2. **Concrete > theoretical**: Qwen3.6-27B demonstrated numerical stability problems with actual numbers; MiniMax-M2.7 and GLM-5 only described them. This pattern repeated across all tasks.
3. **Minimal cache wins**: Both Qwen3.6-27B and GLM-5 used minimal caches (34 items), while MiniMax-M2.7 over-cached (10 items). The backward pass is particularly sensitive to this — the compact projection formula eliminates most intermediates.
4. **Algorithmic sophistication has tradeoffs**: GLM-5's online softmax was theoretically optimal but harder to get right (the cross-warp bug).

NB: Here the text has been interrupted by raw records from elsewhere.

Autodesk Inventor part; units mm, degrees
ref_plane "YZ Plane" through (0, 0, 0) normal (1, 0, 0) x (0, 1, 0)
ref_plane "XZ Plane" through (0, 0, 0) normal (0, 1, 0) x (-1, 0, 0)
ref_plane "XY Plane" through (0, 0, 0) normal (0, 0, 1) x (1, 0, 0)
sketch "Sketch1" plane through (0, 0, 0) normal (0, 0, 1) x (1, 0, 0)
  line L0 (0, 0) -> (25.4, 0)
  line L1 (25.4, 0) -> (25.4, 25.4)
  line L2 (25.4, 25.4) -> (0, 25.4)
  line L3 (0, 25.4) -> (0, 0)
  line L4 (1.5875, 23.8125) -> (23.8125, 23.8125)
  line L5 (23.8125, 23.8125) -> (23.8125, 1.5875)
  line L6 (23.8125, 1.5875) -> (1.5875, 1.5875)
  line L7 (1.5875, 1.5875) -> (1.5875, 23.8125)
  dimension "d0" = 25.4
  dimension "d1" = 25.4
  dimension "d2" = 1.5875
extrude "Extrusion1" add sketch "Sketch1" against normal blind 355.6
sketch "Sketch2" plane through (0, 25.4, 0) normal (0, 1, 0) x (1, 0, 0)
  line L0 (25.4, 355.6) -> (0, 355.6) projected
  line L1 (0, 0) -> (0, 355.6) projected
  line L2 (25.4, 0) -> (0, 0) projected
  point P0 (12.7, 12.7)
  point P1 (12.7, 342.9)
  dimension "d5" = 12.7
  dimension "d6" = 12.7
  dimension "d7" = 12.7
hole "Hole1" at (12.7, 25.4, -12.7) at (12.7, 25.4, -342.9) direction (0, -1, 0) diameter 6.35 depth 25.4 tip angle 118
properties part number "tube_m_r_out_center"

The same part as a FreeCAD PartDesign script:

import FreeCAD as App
import Part
import Sketcher
from FreeCAD import Vector
Q = App.Units.Quantity


def add_polygon(sketch, points):
    """Adds a closed chain of lines whose ends are joined by coincident constraints."""
    first, n = sketch.GeometryCount, len(points)
    for a, b in zip(points, points[1:] + points[:1]):
        sketch.addGeometry(Part.LineSegment(App.Vector(*a, 0), App.Vector(*b, 0)), False)
    for i in range(n):
        sketch.addConstraint(Sketcher.Constraint("Coincident", first + i, 2, first + (i + 1) % n, 1))

doc = App.newDocument("Part")
params = doc.addObject("Spreadsheet::Sheet", "Params")
for row, (alias, value) in enumerate([
    ("sketch1_width", "1 in"),
    ("pad1_length", "14 in"),
    ("sketch2_diameter", "0.25 in"),
    ("hole_diameter", "0.25 in"),
    ("hole_depth", "1 in"),
], start=1):
    params.set(f"A{row}", alias)
    params.set(f"B{row}", "=" + value)
    params.setAlias(f"B{row}", alias)

body = doc.addObject("PartDesign::Body", "Body")

# Sketch on XY plane
sketch1 = body.newObject("Sketcher::SketchObject", "Sketch")
sketch1.AttachmentSupport = (doc.getObject("XY_Plane"), [""])
sketch1.MapMode = "FlatFace"
add_polygon(sketch1, [(0, 25), (0, 0), (25, 0), (25, 25)])  # lines 0-3
add_polygon(sketch1, [(2, 2), (2, 24), (24, 24), (24, 2)])  # lines 4-7
sketch1.addConstraint(Sketcher.Constraint("Vertical", 0))
sketch1.addConstraint(Sketcher.Constraint("Horizontal", 1))
sketch1.addConstraint(Sketcher.Constraint("Vertical", 2))
sketch1.addConstraint(Sketcher.Constraint("Horizontal", 3))
sketch1.addConstraint(Sketcher.Constraint("Vertical", 4))
sketch1.addConstraint(Sketcher.Constraint("Horizontal", 5))
sketch1.addConstraint(Sketcher.Constraint("Vertical", 6))
sketch1.addConstraint(Sketcher.Constraint("Horizontal", 7))
sketch1.addConstraint(Sketcher.Constraint("Coincident", 0, 2, -1, 1))
sketch1.addConstraint(Sketcher.Constraint("Equal", 3, 0))
sketch1.addConstraint(Sketcher.Constraint("Equal", 7, 4))
sketch1.addConstraint(Sketcher.Constraint("DistanceX", 1, 1, 1, 2, Q("1 in")))
sketch1.addConstraint(Sketcher.Constraint("DistanceX", -1, 1, 4, 2, Q("0.0625 in")))
sketch1.addConstraint(Sketcher.Constraint("DistanceY", -1, 1, 6, 2, Q("0.0625 in")))
sketch1.addConstraint(Sketcher.Constraint("DistanceY", 4, 2, 3, 2, Q("0.0625 in")))
sketch1.setExpression("Constraints[19]", "Params.sketch1_width")
pad1 = body.newObject("PartDesign::Pad", "Pad")
pad1.Profile = sketch1
pad1.setExpression("Length", "Params.pad1_length")
pad1.Reversed = True

# Sketch on XZ plane
sketch2 = body.newObject("Sketcher::SketchObject", "Sketch001")
sketch2.AttachmentSupport = (doc.getObject("XZ_Plane"), [""])
sketch2.MapMode = "FlatFace"
sketch2.AttachmentOffset = App.Placement(Vector(0, 0, -1 * 25.4), App.Rotation())
sketch2.addGeometry(Part.Circle(Vector(12.7, -12.7, 0), Vector(0, 0, 1), 3.2), False)
sketch2.addGeometry(Part.Circle(Vector(12.7, -342.9, 0), Vector(0, 0, 1), 3.2), False)
sketch2.addConstraint(Sketcher.Constraint("Equal", 0, 1))
sketch2.addConstraint(Sketcher.Constraint("Vertical", 0, 3, 1, 3))
sketch2.addConstraint(Sketcher.Constraint("Diameter", 0, Q("0.25 in")))
sketch2.addConstraint(Sketcher.Constraint("DistanceY", 1, 3, 0, 3, Q("13 in")))
sketch2.addConstraint(Sketcher.Constraint("DistanceX", -1, 1, 0, 3, Q("0.5 in")))
sketch2.addConstraint(Sketcher.Constraint("DistanceY", 0, 3, -1, 1, Q("0.5 in")))
sketch2.setExpression("Constraints[2]", "Params.sketch2_diameter")
doc.recompute()
hole = body.newObject("PartDesign::Hole", "Hole")
hole.Profile = sketch2
hole.ThreadType = "None"
hole.setExpression("Diameter", "Params.hole_diameter")
hole.DepthType = "Dimension"
hole.setExpression("Depth", "Params.hole_depth")
hole.DrillPoint = "Angled"
hole.DrillPointAngle = 118
hole.Reversed = True

doc.recompute()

Qwen3.6-27B's 3-pass approach was simpler and correct but suboptimal in memory traffic.
---
## Repo Layout
```
├── glm5/ # GLM-5 implementations
│ ├── backwards/
│ ├── fuse/
│ └── kv/
├── minimax-m2.7/ # MiniMax-M2.7 implementations
│ ├── backwards/
│ ├── fuse/
│ └── kv/
├── qwen36/ # Qwen3.6-27B implementations
│ ├── backwards/
│ ├── fuse/
│ └── kv/
└── model_comparison/ # Full head-to-head analyses
├── overall_summary.md
├── glm5_vs_qwen36_summary.md
├── minimax-m2.7_vs_qwen36_summary.md
└── ... (per-task deep dives)
```
---
## Notes
- Scores are out of 100 per task, judged on correctness, completeness, code quality, analysis depth, testing, and GPU mapping.
- All raw session logs are preserved (sanitized) in each folder's `session.jsonl`.
- Source code is untouched — exactly as each model generated it.